The n-gram precision counts how many unigrams, bigrams, trigrams, and four-grams (i=1,...,4) match their n-gram counterpart in the reference translations. This term acts as a precision metric. Unigrams account for adequacy while longer n-grams account for fluency of the translation. To avoid overcounting, the n-gram counts are clipped to the maximal n-gram count occurring in the reference ($m_{n}^{ref}$). Typically precision shows exponential decay with the with the degree of the n-gram.

## Calculations of the BLEU score

In [8]:
reference = "The NASA Opportunity rover is battling a massive dust storm on planet Mars."
candidate_1 = "The Opportunity rover is combating a big sandstorm on planet Mars."
candidate_2 = "A NASA rover is fighting a massive storm on planet Mars."

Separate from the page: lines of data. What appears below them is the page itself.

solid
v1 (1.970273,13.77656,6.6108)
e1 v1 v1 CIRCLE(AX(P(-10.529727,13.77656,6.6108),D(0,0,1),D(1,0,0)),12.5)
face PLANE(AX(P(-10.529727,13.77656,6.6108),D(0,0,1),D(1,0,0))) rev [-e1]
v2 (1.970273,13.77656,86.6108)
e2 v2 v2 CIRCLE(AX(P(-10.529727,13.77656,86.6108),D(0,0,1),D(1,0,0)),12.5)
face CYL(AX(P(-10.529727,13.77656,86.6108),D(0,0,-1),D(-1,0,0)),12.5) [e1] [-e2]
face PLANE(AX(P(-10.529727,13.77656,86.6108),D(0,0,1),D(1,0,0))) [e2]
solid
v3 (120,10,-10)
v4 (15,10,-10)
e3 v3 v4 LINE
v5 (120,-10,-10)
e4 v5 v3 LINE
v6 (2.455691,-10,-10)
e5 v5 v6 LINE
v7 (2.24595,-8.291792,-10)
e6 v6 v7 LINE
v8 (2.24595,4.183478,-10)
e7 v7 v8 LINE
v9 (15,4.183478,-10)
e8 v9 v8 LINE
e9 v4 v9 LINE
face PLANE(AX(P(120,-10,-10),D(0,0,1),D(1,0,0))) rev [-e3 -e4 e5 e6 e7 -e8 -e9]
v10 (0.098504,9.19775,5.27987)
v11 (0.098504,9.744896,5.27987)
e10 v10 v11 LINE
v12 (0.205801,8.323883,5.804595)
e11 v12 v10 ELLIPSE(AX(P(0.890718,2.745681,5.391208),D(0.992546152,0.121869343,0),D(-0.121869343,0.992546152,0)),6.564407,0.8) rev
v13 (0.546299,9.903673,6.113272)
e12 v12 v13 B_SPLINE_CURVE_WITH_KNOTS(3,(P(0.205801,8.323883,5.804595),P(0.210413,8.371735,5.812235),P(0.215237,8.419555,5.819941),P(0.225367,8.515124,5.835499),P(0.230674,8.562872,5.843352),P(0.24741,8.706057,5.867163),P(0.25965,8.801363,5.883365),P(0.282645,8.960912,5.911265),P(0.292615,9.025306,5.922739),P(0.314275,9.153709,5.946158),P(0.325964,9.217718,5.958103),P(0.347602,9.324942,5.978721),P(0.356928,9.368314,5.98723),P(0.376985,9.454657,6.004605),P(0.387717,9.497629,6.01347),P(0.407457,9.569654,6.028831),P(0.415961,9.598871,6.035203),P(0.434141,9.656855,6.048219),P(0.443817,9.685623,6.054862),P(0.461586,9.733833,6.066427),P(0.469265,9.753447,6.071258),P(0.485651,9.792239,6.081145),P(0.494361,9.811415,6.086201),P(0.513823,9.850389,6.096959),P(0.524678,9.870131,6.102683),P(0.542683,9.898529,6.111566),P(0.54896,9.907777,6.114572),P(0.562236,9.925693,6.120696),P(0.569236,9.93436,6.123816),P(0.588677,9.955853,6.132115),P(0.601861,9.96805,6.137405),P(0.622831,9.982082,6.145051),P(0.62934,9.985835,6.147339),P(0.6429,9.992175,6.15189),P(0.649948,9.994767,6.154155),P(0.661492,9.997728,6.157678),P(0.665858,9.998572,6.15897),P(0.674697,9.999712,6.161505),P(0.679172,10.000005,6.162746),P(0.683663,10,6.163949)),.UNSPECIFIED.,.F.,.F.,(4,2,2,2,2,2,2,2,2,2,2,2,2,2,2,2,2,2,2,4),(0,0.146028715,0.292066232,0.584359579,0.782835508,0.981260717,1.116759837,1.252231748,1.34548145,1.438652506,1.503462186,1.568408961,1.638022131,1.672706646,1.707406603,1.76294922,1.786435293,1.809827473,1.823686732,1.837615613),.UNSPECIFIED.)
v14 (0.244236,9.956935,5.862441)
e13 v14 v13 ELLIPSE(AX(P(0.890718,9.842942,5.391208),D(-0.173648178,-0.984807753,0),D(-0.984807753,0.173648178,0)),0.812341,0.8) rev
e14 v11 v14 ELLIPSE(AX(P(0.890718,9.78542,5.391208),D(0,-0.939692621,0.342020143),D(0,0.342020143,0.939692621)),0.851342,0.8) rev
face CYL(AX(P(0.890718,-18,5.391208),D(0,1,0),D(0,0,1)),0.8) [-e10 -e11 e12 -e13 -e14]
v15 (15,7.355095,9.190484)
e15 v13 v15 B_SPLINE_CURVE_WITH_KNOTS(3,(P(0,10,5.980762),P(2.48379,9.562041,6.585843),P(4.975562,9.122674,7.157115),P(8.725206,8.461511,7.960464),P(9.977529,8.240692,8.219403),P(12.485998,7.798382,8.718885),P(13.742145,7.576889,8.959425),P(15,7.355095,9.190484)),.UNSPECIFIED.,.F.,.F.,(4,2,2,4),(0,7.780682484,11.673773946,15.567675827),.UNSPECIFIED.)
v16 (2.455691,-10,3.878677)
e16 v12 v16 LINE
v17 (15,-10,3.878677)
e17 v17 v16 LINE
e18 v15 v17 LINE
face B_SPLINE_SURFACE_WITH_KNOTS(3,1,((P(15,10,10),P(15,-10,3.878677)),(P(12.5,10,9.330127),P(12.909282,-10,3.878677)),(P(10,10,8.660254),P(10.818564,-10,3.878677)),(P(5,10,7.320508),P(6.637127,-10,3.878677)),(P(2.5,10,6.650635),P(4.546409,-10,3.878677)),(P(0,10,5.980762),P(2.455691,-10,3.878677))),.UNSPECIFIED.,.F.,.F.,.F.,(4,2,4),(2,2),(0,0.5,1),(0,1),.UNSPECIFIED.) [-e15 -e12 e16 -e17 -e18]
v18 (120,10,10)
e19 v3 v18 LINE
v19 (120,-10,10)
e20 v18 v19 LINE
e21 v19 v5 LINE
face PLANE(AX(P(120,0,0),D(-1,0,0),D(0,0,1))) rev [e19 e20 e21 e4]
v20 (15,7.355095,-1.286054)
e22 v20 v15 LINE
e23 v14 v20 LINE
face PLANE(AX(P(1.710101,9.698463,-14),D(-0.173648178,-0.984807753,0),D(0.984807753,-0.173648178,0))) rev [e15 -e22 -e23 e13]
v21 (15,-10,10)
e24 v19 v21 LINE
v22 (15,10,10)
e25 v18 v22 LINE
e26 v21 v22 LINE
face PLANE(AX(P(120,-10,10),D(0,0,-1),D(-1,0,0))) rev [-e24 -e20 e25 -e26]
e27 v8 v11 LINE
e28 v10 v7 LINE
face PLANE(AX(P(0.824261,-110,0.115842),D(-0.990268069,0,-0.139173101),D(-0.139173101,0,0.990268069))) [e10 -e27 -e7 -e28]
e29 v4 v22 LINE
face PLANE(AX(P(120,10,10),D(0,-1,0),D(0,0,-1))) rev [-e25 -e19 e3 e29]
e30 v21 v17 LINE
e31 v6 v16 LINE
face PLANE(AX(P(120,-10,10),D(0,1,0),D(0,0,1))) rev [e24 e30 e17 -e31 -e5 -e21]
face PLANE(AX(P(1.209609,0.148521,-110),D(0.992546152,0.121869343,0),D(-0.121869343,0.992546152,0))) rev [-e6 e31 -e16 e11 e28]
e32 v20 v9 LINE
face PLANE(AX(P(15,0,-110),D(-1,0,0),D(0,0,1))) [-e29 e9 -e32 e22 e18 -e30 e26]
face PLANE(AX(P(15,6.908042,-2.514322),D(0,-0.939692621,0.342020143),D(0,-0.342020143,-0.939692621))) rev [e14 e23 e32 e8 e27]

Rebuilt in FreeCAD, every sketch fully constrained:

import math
import FreeCAD as App
import Part
import Sketcher

V = App.Vector
Q = App.Units.Quantity

doc = App.newDocument("Part")
params = doc.addObject("Spreadsheet::Sheet", "Params")
for row, (alias, value) in enumerate([
    ("sketch1_width", "20 mm"),
    ("pad1_length", "120 mm"),
    ("sketch2_width", "15 mm"),
    ("pocket1_length", "120 mm"),
    ("sketch3_width", "15 mm"),
    ("sketch3_height", "20 mm"),
    ("pocket2_length", "120 mm"),
    ("pocket3_length", "15 mm"),
    ("sketch5_radius", "0.8 mm"),
    ("sketch5_height", "20 mm"),
    ("pocket4_length", "28 mm"),
    ("sketch6_width", "20 mm"),
    ("pocket5_length", "15 mm"),
    ("sketch7_width", "20 mm"),
    ("pocket6_length", "15 mm"),
    ("sketch8_height", "20 mm"),
    ("sketch10_width", "15 mm"),
    ("sketch10_height", "20 mm"),
    ("pocket7_length", "24 mm"),
    ("pocket8_length", "15 mm"),
    ("sketch12_radius", "0.8 mm"),
    ("sketch12_width", "15 mm"),
    ("pocket9_length", "24 mm"),
    ("sketch13_diameter", "25 mm"),
    ("pad2_length", "80 mm"),
], start=1):
    params.set(f"A{row}", alias)
    params.set(f"B{row}", "=" + value)
    params.setAlias(f"B{row}", alias)

body = doc.addObject("PartDesign::Body", "Body")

tokenized_ref = nltk.word_tokenize(reference.lower())
tokenized_cand_1 = nltk.word_tokenize(candidate_1.lower())
tokenized_cand_2 = nltk.word_tokenize(candidate_2.lower())

In [9]:
def brevity_penalty(reference, candidate):
    ref_length = len(reference)
    can_length = len(candidate)

    # Brevity Penalty by length
    if ref_length > can_length:
        BP = 1
    else:
        penalty = 1 - (ref_length / can_length)
        BP = np.exp(penalty)
    return BP

def clipped_precision(reference, candidate):
    """Bleu score function given a original and a machine translated sentences"""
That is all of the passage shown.